HWE is one of the key concepts of population genetics that can be used to determine whether a genetic variant could be a valid marker in genetic epidemiology studies. In HWE, allele and genotype frequencies are related through the Hardy-Weinberg law which states that if two alleles, “A” and “a”, at any locus with frequencies “p” and “q”, respectively, are in equilibrium in a population, the proportions of the genotypes, “AA” homozygotes, “Aa” heterozygotes and “aa” homozygotes will be p2, 2pq, and q2, respectively. This law holds as a consequence of random mating in the absence of mutation, migration, natural selection, or random drift. One of the implications of HWE is that the allele frequencies and the genotype frequencies remain constant from generation to generation maintaining equilibrium in overall genetic variations. Extensions of this approach can also be used with multi-allelic and X-linked loci. Deviation from these proportions could indicate (a) genotyping error (b) presence of non-random mating, thus bias in the control selection (c) existence of population stratification (as described later) or (d) recent mutation, migration or genetic drift that has not reached equilibrium. Cases are more likely to represent the tail of a distribution of disease, and any putative genetic variant for that disease may not be in HWE; therefore, it is generally recommended to assess HWE in non-diseased (control) groups.

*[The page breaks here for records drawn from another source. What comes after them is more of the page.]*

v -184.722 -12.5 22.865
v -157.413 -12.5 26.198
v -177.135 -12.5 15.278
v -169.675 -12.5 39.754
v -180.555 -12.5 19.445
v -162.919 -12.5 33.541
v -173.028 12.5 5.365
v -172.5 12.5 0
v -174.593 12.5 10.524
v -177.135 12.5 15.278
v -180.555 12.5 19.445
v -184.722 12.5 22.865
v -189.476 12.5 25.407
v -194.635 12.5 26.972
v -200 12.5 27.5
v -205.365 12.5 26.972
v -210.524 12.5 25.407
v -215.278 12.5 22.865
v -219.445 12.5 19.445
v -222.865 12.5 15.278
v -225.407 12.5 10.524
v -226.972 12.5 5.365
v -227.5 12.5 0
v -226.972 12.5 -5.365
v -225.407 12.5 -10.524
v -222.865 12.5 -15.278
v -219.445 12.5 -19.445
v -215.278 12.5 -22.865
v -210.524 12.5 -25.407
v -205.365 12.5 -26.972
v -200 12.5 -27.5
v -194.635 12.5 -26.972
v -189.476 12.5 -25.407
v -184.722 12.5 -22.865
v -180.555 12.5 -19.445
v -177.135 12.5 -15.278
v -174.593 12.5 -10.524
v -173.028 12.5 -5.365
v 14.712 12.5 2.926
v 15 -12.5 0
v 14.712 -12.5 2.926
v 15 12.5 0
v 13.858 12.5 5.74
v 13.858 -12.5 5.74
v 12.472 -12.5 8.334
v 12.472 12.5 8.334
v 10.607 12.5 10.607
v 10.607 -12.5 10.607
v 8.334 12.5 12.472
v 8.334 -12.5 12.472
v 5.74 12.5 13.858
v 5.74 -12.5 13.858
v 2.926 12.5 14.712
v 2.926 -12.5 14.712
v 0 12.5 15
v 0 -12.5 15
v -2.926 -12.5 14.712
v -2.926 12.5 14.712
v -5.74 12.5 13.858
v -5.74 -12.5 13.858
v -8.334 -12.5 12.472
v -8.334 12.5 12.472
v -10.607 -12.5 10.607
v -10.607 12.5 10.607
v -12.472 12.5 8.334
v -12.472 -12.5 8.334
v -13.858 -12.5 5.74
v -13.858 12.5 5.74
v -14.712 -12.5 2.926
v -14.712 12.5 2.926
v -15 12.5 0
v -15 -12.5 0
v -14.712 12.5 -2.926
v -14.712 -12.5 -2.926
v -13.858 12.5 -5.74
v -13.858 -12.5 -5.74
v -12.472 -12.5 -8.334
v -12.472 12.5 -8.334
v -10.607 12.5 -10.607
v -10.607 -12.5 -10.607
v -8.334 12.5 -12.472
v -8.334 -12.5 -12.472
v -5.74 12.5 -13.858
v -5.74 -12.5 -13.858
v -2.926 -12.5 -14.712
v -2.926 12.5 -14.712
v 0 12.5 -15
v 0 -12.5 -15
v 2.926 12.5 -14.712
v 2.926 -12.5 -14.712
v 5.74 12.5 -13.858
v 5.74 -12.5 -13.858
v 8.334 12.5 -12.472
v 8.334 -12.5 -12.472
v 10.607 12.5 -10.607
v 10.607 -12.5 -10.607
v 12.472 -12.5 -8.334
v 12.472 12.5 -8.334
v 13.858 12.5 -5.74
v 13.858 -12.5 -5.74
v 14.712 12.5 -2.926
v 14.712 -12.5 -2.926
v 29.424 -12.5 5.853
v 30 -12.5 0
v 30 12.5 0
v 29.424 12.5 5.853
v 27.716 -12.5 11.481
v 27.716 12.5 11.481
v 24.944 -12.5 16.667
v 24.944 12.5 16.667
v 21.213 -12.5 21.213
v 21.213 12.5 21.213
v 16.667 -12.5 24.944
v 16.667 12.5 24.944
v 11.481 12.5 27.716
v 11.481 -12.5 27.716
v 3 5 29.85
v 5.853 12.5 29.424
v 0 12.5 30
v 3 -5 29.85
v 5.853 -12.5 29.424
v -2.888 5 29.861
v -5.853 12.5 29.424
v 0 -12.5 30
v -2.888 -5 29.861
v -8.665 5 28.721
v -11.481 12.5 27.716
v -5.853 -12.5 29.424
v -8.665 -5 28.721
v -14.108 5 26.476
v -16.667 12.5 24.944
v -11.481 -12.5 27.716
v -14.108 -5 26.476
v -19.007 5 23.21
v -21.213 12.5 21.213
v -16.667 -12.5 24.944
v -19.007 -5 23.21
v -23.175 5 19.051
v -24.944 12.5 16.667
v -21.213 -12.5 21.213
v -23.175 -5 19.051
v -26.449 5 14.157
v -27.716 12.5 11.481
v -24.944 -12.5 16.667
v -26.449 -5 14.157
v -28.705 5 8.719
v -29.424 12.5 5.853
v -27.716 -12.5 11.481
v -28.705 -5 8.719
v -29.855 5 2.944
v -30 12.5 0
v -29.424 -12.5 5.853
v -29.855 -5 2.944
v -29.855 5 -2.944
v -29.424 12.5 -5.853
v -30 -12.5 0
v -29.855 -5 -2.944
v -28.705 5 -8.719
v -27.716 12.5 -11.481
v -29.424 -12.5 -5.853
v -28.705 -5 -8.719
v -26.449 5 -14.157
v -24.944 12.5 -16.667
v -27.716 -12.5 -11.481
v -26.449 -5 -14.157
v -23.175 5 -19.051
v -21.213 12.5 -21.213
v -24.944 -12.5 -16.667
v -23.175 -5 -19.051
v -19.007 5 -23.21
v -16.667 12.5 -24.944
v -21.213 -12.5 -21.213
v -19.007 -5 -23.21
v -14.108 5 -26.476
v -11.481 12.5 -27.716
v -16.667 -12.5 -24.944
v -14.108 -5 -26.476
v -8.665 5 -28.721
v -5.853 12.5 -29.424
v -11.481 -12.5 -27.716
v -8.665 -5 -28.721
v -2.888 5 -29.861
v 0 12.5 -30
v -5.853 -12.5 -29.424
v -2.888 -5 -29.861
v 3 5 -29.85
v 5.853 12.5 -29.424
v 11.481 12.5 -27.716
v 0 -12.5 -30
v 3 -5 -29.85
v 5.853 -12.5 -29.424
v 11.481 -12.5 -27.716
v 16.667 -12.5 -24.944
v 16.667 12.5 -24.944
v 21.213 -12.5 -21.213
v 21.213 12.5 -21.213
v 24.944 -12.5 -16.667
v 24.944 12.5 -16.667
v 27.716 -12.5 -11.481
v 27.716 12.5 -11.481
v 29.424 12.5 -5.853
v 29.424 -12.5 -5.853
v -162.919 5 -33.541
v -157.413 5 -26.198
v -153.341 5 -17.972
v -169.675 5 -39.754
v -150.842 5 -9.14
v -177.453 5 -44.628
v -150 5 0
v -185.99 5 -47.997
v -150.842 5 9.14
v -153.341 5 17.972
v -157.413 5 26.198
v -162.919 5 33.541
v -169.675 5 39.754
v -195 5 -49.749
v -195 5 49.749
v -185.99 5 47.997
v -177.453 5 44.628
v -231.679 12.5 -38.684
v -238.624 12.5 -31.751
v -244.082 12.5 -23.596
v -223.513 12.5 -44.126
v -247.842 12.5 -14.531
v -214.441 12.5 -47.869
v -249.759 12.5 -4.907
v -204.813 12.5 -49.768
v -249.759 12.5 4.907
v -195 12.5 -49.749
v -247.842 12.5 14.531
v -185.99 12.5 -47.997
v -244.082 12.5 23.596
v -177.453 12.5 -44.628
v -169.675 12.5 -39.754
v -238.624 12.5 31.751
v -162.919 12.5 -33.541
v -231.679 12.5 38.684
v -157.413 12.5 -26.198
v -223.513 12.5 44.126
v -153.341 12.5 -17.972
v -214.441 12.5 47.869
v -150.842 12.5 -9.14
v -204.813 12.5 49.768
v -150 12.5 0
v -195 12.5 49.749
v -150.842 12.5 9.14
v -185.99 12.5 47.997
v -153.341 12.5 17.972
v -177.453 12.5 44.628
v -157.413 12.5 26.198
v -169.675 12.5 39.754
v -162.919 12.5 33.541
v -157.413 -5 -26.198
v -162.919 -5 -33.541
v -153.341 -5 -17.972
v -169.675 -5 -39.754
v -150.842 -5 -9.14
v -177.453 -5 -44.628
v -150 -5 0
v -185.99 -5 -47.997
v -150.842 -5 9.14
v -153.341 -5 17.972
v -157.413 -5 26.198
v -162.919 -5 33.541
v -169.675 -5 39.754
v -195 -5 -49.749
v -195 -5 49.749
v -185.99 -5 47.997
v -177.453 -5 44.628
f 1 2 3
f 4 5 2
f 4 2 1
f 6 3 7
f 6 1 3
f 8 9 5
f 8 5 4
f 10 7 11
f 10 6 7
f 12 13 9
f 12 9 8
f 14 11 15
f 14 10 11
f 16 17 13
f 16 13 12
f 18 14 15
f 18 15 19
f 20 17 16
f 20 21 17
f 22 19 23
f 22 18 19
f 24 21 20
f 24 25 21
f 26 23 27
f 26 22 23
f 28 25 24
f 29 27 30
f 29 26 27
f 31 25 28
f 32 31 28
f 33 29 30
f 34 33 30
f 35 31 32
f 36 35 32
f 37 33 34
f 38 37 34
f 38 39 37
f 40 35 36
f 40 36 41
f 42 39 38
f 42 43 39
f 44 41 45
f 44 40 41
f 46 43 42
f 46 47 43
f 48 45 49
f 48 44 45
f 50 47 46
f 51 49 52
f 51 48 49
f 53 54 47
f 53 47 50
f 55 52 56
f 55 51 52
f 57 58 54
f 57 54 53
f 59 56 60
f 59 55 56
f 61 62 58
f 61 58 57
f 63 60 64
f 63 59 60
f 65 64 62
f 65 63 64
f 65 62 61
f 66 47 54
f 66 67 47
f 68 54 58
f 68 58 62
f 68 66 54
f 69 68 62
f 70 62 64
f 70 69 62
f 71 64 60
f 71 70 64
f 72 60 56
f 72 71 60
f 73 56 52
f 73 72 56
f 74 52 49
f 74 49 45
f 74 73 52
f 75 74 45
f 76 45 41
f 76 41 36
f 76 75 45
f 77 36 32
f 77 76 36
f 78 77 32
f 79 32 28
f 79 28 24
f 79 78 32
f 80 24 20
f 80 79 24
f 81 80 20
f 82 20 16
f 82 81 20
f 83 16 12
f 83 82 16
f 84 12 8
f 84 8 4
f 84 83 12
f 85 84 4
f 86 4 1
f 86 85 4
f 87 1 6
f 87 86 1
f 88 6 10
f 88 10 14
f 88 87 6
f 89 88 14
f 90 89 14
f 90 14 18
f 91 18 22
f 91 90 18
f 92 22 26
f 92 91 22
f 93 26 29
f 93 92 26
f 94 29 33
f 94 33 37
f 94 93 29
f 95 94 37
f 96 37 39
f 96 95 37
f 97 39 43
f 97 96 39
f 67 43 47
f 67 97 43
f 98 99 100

Linkage and Linkage Disequilibrium (LD)

Linkage and LD are the sine qua non of genetic epidemiology. While genes in different chromosomes segregate, Thomas Hunt Morgan and his co-workers observed that genes physically linked to one another on chromosomes of drosophila tended to be transmitted together. This phenomenon, where two genetic loci are transmitted together from parent to offspring more often than expected under independent inheritance, is termed linkage. Linkage was first demonstrated in humans by Julia Bell and J.B.S Haldane who showed that hemophilia and color blindness tended to be inherited together in some families [4]. Two loci are linked if recombination (exchange of genetic information between two homologous chromosomes during meiosis) occurs between them with a probability of less than 50 %. Recombination is inversely related to the physical distance between the two loci. However, after several generations, successive recombinations (especially in regions of recombination hotspots) may lead to complete independence even between loci that may be physically close together.

In population genetics, LD is defined as the extent of non-random association between two genetic loci such that the presence of one allele at a locus provides information about the allele of the other loci [5]. The level of LD in a population is influenced by several factors including genetic linkage, the rate of recombination, mutation, random genetic drift, selection, non-random mating and population admixture. Many different measures of LD have been proposed in the literature, most of which capture the strength of association between pairs of SNPs. Although concepts of LD date to early 1900s, the first commonly used LD measure, D’ was developed by Richard Lewontin in 1964. D’ measures the departure from allelic equilibrium between separate loci on the same chromosome that is due to the genetic linkage between them. The other pairwise measure of LD used in association studies is r2 also denoted as ∆2.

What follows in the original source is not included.